* _TASK TO COMPLETE_
Find the line with "with BuildPart() as" in the records below. Copy it and every line after it, up to and including the line with "FreeCAD Python script".

===== SUPPLIED RECORDS =====

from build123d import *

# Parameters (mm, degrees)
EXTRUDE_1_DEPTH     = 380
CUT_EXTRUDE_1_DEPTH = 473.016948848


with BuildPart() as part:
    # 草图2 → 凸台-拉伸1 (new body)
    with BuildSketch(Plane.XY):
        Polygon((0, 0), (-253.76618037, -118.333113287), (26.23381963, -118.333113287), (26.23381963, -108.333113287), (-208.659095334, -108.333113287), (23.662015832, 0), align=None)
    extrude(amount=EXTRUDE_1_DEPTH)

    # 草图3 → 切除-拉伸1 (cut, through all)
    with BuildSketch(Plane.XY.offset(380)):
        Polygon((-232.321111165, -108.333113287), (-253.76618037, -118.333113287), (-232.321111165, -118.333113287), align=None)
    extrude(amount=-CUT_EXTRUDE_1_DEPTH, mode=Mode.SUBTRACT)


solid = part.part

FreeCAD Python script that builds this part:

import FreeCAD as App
import Part
import Sketcher
Q = App.Units.Quantity

doc = App.newDocument("Part")
body = doc.addObject("PartDesign::Body", "Body")

sketch1 = body.newObject("Sketcher::SketchObject", "Sketch")
sketch1.AttachmentSupport = (doc.getObject("XY_Plane"), [""])
sketch1.MapMode = "FlatFace"
sketch1.addGeometry([
    Part.LineSegment(App.Vector(0, 0, 0), App.Vector(-253.76618, -118.333113, 0)),
    Part.LineSegment(App.Vector(-253.76618, -118.333113, 0), App.Vector(26.23382, -118.333113, 0)),
    Part.LineSegment(App.Vector(26.23382, -118.333113, 0), App.Vector(26.23382, -108.333113, 0)),
    Part.LineSegment(App.Vector(26.23382, -108.333113, 0), App.Vector(-208.659095, -108.333113, 0)),
    Part.LineSegment(App.Vector(-208.659095, -108.333113, 0), App.Vector(23.662016, 0, 0)),
    Part.LineSegment(App.Vector(23.662016, 0, 0), App.Vector(0, 0, 0)),
], False)
sketch1.addConstraint([
    Sketcher.Constraint("Coincident", 0, 2, 1, 1),
    Sketcher.Constraint("Coincident", 1, 2, 2, 1),
    Sketcher.Constraint("Coincident", 2, 2, 3, 1),
    Sketcher.Constraint("Coincident", 3, 2, 4, 1),
    Sketcher.Constraint("Coincident", 4, 2, 5, 1),
    Sketcher.Constraint("Coincident", 5, 2, 0, 1),
    Sketcher.Constraint("Horizontal", 1),
    Sketcher.Constraint("Vertical", 2),
    Sketcher.Constraint("Horizontal", 3),
    Sketcher.Constraint("Horizontal", 5),
    Sketcher.Constraint("Coincident", 5, 2, -1, 1),
    Sketcher.Constraint("Parallel", 0, 4),
    Sketcher.Constraint("DistanceX", 1, 1, 1, 2, 280.0),
    Sketcher.Constraint("DistanceY", 2, 1, 2, 2, 10.0),
    Sketcher.Constraint("Angle", 0, Q("-155 deg")),
    Sketcher.Constraint("Distance", 0, 280.0),
    Sketcher.Constraint("DistanceX", 3, 2, 3, 1, 234.892915),
])
pad1 = body.newObject("PartDesign::Pad", "Pad")
pad1.Profile = sketch1
pad1.Length = 380

sketch2 = body.newObject("Sketcher::SketchObject", "Sketch001")
sketch2.AttachmentSupport = (doc.getObject("XY_Plane"), [""])
sketch2.MapMode = "FlatFace"
sketch2.AttachmentOffset = App.Placement(App.Vector(0, 0, 380), App.Rotation())
sketch2.addGeometry([
    Part.LineSegment(App.Vector(-232.321111, -108.333113, 0), App.Vector(-253.76618, -118.333113, 0)),
    Part.LineSegment(App.Vector(-253.76618, -118.333113, 0), App.Vector(-232.321111, -118.333113, 0)),
    Part.LineSegment(App.Vector(-232.321111, -118.333113, 0), App.Vector(-232.321111, -108.333113, 0)),
], False)
sketch2.addConstraint([
    Sketcher.Constraint("Coincident", 0, 2, 1, 1),
    Sketcher.Constraint("Coincident", 1, 2, 2, 1),
    Sketcher.Constraint("Coincident", 2, 2, 0, 1),
    Sketcher.Constraint("Horizontal", 1),
    Sketcher.Constraint("Vertical", 2),
    Sketcher.Constraint("DistanceY", 2, 1, 2, 2, 10.0),
    Sketcher.Constraint("Angle", 0, Q("-155 deg")),
    Sketcher.Constraint("DistanceX", 0, 2, -1, 1, 253.76618),
    Sketcher.Constraint("DistanceY", 0, 2, -1, 1, 118.333113),
])
pocket1 = body.newObject("PartDesign::Pocket", "Pocket")
pocket1.Profile = sketch2
pocket1.Type = "ThroughAll"

doc.recompute()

=====

* _RESULT_
with BuildPart() as part:
    # 草图2 → 凸台-拉伸1 (new body)
    with BuildSketch(Plane.XY):
        Polygon((0, 0), (-253.76618037, -118.333113287), (26.23381963, -118.333113287), (26.23381963, -108.333113287), (-208.659095334, -108.333113287), (23.662015832, 0), align=None)
    extrude(amount=EXTRUDE_1_DEPTH)

    # 草图3 → 切除-拉伸1 (cut, through all)
    with BuildSketch(Plane.XY.offset(380)):
        Polygon((-232.321111165, -108.333113287), (-253.76618037, -118.333113287), (-232.321111165, -118.333113287), align=None)
    extrude(amount=-CUT_EXTRUDE_1_DEPTH, mode=Mode.SUBTRACT)


solid = part.part

FreeCAD Python script that builds this part:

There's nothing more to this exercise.